8:00 am Varnish Software marketing meeting, Oslo, Norway.
Branding guru: Okay, so we need a name for the new Varnish Software open source tool for microservices performance tracking.
Team members: Hmm, how about MicroTracker? Or maybe MicroPerform?
Branding guru: Okay, so hear me out, I was thinking — Zipnish.
** silence **
Team members: Yeah, no, we like it, we see what you did there.
Well Zipnish it is, whether you get the naming convention or not (keep reading and all will become clear) — this is indeed a new open source tool that tracks performance and helps resolve latency issues in microservices architectures .
Available on Github, Zipnish claims to give developers insights on the status of each microservice component regardless of development and deployment architecture.
“Companies use Varnish Cache for speeding up a lot different things, not just websites”, explains Per Buer, founder and CTO of Varnish Software.

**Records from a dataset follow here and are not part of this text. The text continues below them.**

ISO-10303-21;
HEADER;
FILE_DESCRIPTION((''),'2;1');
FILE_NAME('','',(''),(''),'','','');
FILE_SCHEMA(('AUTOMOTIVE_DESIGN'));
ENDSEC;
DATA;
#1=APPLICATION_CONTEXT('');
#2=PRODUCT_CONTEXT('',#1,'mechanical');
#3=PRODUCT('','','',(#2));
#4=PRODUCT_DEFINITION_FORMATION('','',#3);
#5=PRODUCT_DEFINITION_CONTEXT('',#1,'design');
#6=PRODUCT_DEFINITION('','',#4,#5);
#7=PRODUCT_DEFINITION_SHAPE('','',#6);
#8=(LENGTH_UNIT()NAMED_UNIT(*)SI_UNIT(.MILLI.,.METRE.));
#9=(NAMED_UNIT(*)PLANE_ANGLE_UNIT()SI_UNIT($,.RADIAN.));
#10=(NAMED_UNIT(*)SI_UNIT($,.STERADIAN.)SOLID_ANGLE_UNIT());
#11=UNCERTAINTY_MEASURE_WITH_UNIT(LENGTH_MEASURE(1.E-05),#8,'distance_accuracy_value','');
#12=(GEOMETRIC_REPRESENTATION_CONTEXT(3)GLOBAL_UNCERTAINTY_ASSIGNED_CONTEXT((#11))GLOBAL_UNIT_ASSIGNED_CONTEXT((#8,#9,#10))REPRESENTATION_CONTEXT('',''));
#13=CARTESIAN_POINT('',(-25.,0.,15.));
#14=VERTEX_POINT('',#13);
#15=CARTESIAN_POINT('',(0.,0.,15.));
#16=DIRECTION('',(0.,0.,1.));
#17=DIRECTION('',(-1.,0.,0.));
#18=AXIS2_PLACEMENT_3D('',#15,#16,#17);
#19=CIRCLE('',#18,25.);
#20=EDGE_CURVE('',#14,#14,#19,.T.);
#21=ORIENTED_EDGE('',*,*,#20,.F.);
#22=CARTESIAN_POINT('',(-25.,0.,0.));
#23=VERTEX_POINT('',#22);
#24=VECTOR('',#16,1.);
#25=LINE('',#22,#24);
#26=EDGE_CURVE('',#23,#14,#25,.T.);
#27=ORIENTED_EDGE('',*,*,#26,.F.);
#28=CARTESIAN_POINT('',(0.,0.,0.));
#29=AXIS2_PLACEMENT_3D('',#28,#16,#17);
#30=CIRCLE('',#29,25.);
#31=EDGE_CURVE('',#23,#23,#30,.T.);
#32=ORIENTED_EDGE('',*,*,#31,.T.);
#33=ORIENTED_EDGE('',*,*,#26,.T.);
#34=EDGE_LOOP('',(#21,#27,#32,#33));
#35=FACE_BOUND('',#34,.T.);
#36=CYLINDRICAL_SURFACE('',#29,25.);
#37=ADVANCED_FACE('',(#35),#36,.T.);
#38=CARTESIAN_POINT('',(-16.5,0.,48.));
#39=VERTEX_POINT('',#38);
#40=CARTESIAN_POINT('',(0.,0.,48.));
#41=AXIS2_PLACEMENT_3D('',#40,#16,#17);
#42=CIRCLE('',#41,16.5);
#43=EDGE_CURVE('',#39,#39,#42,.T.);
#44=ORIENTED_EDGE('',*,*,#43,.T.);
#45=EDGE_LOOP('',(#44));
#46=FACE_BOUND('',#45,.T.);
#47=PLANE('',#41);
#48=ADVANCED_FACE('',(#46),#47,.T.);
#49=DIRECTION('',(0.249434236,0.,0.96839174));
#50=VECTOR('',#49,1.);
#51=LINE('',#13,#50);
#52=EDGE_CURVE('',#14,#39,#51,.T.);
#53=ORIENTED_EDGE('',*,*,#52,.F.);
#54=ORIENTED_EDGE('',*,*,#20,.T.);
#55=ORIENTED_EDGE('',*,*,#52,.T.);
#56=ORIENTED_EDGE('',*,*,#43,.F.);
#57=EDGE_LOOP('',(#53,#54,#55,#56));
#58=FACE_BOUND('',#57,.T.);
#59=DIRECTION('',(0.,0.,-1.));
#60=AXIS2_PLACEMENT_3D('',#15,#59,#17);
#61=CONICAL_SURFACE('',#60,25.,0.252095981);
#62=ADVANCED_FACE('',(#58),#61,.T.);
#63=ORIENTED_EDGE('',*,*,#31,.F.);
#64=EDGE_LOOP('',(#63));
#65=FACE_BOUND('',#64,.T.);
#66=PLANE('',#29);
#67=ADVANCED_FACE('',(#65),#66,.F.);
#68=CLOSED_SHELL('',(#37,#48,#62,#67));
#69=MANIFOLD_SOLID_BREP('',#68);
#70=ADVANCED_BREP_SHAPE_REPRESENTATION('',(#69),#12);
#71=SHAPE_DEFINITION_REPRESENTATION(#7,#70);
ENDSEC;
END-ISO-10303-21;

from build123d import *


with BuildPart() as part:
    # Sketch → Revolution (revolve)
    with BuildSketch(Plane.XZ):
        Polygon((0, 0), (-25, 0), (-25, 15), (-16.5, 48), (0, 48), align=None)
    revolve(axis=Axis((0, 0, 0), (0, 0, 1)))


solid = part.part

“Microservices is one of those popular use cases. Several Varnish Cache users have been asking us for an easy way to track the performance of individual microservices regardless of architecture. We had the ingredients to easily build this and decided to open source it to allow our community to reap the benefits of this new project.”
Gaining insights into how quickly services are running or if they are adding latency is a difficult task in distributed architectures such as microservices.
First Zipkin, now Zipnish
Twitter developed the open source software Zipkin in 2012 to address this issue, however it only supports Java architectures.
So then, Varnish now launches Zipnish in response to demand for an architecture-agnostic open source tool.
For example, a customer had been using Varnish Cache for stateless microservices, central caching and cache invalidation in its microservices environment but needed a tracing tool that would also work with .net.